Atheists Tune in 'God Bless America'
A tragedy of the dimensions of Sept. 11 can bring a search for scapegoats in its wake.
On the political left we find some who blame the supposed evils of "global capitalism," while on the political right we find some who blame the godlessness of American society.
Although the particulars differ, both camps suggest that the victims were complicit, whether directly or indirectly, in their own destruction. And thus is any concept of authentic innocence swept aside.
The Cold War is a thing of the past, so the religious right can no longer target godless communism as the source of our woes. The terrorists responsible for the Sept. 11 massacre were not atheists at all but religious fundamentalists of the most extreme type, so the blame is placed on domestic rather than on foreign godlessness.
If it is true that Americans put their differences aside in a time of crisis and rally around their common values, this might help to explain the recent proliferation of "God Bless America" signs and banners throughout America. It might be supposed that Americans are returning to those religious values on which this nation was founded.
There are several problems with this interpretation, however, not the least of which is that America was specifically established as a secular nation, not a religious one. There is no mention of "God" in the Constitution. And when Thomas Jefferson mentioned God in the Declaration of Independence, he was referring to the God of deism - that rationalistic creator, popular during the 18th-century Enlightenment, who did not communicate with human beings or otherwise intervene in human affairs.
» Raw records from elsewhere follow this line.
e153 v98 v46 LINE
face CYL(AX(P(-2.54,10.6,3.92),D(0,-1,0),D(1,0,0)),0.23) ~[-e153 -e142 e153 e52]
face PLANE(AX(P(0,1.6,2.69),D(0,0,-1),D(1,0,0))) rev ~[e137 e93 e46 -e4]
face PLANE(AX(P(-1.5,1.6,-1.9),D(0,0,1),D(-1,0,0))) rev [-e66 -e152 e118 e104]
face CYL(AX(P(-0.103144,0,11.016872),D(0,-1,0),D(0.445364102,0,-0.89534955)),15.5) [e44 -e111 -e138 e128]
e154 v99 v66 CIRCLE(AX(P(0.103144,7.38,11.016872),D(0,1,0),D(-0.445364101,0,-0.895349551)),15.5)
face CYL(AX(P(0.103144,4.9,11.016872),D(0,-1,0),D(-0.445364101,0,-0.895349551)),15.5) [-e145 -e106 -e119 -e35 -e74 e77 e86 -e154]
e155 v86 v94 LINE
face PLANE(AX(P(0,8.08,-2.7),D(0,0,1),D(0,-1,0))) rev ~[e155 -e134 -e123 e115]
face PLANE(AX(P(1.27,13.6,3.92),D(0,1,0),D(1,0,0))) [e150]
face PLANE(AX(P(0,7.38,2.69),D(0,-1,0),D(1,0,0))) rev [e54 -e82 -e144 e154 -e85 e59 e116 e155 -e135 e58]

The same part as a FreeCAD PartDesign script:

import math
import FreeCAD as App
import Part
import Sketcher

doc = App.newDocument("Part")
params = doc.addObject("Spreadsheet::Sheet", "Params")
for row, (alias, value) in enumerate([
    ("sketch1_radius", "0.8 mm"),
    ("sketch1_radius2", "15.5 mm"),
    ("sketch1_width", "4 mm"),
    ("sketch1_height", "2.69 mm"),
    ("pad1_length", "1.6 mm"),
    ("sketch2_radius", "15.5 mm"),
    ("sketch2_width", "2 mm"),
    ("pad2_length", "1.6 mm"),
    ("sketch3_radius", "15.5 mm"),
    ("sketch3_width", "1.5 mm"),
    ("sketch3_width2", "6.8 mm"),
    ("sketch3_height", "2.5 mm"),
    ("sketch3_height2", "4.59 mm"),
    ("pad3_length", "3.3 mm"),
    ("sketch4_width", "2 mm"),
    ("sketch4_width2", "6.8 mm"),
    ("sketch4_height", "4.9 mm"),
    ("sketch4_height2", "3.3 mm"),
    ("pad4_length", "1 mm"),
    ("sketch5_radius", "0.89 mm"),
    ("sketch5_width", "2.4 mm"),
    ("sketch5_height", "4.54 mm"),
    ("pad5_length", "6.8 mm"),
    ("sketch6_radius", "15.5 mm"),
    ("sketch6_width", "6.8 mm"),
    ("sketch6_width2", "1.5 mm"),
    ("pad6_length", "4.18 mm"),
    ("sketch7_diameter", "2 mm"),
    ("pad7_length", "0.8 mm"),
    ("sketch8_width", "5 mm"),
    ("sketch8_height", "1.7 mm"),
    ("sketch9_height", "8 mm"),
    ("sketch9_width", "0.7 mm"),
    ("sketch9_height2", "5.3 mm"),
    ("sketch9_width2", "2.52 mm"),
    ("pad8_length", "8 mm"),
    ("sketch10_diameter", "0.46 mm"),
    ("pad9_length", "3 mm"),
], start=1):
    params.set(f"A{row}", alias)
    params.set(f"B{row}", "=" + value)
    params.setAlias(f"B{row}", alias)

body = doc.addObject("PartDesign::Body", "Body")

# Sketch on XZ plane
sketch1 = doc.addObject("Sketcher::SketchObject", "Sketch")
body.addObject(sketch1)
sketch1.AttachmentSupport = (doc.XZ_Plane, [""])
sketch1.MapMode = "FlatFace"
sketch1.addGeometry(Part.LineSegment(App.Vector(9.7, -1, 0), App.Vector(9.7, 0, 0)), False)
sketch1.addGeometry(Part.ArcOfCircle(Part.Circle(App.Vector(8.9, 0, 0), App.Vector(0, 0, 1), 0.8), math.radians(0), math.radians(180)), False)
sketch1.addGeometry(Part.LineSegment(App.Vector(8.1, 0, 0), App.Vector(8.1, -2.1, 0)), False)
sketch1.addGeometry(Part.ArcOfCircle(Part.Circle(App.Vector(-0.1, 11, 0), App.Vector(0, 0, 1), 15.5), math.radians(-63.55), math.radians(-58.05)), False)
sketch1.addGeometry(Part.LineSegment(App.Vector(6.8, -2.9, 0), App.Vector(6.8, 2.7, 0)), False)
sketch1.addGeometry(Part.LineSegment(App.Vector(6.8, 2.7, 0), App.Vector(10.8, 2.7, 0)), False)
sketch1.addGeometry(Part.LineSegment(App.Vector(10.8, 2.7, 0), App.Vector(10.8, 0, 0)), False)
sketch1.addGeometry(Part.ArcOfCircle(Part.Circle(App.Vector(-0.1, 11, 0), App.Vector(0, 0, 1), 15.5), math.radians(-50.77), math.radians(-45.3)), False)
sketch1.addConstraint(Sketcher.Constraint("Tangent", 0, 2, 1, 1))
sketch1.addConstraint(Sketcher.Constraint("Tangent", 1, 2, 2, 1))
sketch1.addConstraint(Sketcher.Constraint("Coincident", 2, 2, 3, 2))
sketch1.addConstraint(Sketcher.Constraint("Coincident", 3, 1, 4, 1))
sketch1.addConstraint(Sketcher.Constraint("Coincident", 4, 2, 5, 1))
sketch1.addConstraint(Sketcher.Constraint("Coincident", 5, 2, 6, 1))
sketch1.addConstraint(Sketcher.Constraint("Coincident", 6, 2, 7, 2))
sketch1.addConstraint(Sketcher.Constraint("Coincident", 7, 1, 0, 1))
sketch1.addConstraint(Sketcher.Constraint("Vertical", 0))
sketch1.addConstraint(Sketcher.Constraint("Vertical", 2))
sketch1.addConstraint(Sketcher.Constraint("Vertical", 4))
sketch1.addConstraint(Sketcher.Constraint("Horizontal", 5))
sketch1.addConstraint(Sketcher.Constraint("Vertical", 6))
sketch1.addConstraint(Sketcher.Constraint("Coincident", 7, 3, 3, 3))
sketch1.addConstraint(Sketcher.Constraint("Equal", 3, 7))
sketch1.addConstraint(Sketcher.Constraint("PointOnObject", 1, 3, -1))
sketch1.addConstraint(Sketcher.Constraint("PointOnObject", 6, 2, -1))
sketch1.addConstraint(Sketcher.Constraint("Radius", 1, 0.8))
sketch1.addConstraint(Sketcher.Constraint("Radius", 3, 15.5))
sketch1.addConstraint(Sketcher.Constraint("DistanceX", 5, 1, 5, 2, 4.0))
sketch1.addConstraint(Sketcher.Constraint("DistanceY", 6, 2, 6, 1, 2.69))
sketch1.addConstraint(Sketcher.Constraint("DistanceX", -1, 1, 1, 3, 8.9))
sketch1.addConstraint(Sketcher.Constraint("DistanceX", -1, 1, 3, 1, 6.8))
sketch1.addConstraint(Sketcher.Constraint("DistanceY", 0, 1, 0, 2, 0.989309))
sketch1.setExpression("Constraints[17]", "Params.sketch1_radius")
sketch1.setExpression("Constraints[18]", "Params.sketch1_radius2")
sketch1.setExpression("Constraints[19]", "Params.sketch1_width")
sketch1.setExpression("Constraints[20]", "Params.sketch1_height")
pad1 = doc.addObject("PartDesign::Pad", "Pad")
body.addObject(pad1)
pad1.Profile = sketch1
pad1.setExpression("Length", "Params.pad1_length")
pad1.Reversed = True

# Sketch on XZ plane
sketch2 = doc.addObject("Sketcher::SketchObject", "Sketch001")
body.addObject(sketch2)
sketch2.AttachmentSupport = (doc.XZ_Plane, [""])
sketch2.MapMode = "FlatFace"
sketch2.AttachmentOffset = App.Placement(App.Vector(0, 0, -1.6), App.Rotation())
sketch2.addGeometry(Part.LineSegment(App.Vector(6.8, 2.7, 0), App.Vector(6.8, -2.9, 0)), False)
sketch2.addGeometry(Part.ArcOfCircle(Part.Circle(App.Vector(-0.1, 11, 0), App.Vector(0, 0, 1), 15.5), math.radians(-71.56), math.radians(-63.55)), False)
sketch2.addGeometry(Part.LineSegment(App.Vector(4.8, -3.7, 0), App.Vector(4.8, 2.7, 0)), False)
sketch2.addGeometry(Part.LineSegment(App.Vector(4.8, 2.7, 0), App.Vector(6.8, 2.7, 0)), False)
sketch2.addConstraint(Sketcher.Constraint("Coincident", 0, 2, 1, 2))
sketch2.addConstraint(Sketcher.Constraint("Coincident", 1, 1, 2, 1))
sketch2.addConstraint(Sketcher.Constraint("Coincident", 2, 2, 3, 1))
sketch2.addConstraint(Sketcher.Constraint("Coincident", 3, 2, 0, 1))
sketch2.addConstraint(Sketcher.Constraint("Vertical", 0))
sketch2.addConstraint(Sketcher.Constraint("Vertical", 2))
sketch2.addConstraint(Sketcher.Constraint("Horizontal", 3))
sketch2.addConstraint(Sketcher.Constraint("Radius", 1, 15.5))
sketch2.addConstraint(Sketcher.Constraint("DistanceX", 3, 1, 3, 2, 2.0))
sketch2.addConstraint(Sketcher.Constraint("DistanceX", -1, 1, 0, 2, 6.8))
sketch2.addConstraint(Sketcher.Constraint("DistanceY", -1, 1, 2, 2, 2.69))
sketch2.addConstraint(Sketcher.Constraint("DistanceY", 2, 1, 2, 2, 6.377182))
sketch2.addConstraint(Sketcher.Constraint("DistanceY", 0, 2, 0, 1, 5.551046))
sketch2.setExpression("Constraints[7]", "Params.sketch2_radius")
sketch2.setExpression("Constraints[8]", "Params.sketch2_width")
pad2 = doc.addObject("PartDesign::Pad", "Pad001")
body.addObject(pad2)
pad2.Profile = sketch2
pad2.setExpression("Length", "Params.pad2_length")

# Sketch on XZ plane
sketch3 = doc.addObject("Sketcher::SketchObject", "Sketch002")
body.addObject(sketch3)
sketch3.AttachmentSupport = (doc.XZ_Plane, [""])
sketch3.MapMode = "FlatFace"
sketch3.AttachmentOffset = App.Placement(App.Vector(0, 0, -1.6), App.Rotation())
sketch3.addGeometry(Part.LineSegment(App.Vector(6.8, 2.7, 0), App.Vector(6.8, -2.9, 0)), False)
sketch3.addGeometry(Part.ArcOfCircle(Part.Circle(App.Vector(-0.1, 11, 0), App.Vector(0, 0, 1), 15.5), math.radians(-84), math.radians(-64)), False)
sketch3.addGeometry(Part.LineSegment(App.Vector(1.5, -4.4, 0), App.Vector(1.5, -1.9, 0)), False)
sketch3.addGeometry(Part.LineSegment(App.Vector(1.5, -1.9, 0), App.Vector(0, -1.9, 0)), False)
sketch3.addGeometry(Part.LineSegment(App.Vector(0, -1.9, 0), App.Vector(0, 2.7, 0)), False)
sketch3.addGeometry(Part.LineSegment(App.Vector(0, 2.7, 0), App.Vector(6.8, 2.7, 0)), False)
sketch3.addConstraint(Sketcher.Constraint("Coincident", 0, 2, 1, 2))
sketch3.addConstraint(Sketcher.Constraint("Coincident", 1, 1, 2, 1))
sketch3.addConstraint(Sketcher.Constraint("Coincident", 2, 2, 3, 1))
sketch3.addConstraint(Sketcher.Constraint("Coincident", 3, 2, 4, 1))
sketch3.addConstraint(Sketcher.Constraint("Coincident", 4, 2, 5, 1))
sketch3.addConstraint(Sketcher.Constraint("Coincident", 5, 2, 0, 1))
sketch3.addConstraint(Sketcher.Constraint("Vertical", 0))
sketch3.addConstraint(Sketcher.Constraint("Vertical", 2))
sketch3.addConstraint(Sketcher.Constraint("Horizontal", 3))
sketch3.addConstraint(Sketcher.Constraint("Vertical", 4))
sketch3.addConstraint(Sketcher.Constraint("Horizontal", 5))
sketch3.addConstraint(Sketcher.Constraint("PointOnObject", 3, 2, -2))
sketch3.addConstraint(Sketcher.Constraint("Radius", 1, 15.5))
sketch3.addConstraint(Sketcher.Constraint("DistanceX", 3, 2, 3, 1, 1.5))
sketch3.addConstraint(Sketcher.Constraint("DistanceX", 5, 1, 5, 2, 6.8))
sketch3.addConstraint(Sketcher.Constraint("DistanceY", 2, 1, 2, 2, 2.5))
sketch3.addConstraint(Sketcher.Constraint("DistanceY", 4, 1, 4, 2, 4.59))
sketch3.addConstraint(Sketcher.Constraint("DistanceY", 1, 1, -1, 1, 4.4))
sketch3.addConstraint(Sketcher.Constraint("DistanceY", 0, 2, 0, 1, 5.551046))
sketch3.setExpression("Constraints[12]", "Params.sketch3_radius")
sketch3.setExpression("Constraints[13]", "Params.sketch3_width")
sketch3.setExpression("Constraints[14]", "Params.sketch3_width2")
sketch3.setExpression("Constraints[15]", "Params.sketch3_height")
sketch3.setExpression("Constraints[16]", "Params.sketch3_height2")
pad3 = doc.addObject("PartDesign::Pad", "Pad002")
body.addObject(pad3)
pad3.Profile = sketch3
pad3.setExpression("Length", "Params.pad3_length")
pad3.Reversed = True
Many of America's most influential founding fathers - such as Jefferson, James Madison, Benjamin Franklin and Thomas Paine - were deists highly critical of Christianity and other revealed religions. Paine (whose pamphlet "Common Sense" was the sparkplug of the American Revolution) claimed that "the most detestable wickedness, and the most horrid cruelties, and the greatest miseries that have afflicted the human race have had their origin in this thing called revelation, or revealed religion." And Jefferson followed suit with his observation that the God of the Old Testament "is a being of terrific character - cruel, vindictive, capricious, and unjust."
Paine, Jefferson and other deists lamented the intolerance and persecution that were common features in the history of Christianity, Islam and other revealed religions. In their view, people who believe they have an infallible lock on divine revelation will often feel justified in using violence and terror against dissenters and unbelievers. Reason, not faith, is the philosophical foundation of a free and tolerant society.
Atheists are a distinct minority in our society, so we might wonder how American atheists react to the "God Bless America" signs, posters and banners that seem to have popped up everywhere. Do atheists feel excluded by this outpouring of religious sentiment? Do they feel they are being told that only those who believe in God can be good Americans?
I recently posed this latter question to a large group of atheists on the Internet, and their responses were nearly unanimous. Virtually no atheist felt in the least troubled or excluded by the public enthusiasm for "God Bless America" - so long, that is, as such expressions were by private citizens and not sponsored by government.
Although this reaction may surprise some people, it is identical to my own. For many people, "God Bless America" is not so much about religion per se; rather, it expresses a deep, heartfelt sentiment for American ideals and values, which were gravely threatened on Sept. 11.
Just as beauty lies in the eye of the beholder, so meaning lies in the intent of the speaker. And in most cases the sentimental intent of "God Bless America" is something with which I and most every other American atheist can heartily agree.
It so happens that "God Bless America" is the title of a beautiful and inspirational song by Irving Berlin, and this undoubtedly helps to explain why this expression tugs at the heartstrings of so many Americans. The song and its title have become part of American culture. Only the most jaded atheist could fail to appreciate what these have come to symbolize - namely, a tribute to this land and the best in those who inhabit it.
Some religious believers may take great pleasure in the exclusionary implications of "God Bless America," as if atheists are somehow less than legitimate members of American society. But for me tolerance and understanding are part of being an atheist, so I refuse to judge a belief on the basis of its worst representatives.
I will therefore continue to judge the recent popularity of "God Bless America" in the most benevolent light possible. I will take it for what I believe most Americans intend it to be: a tribute to the ideals of freedom and tolerance on which America was founded.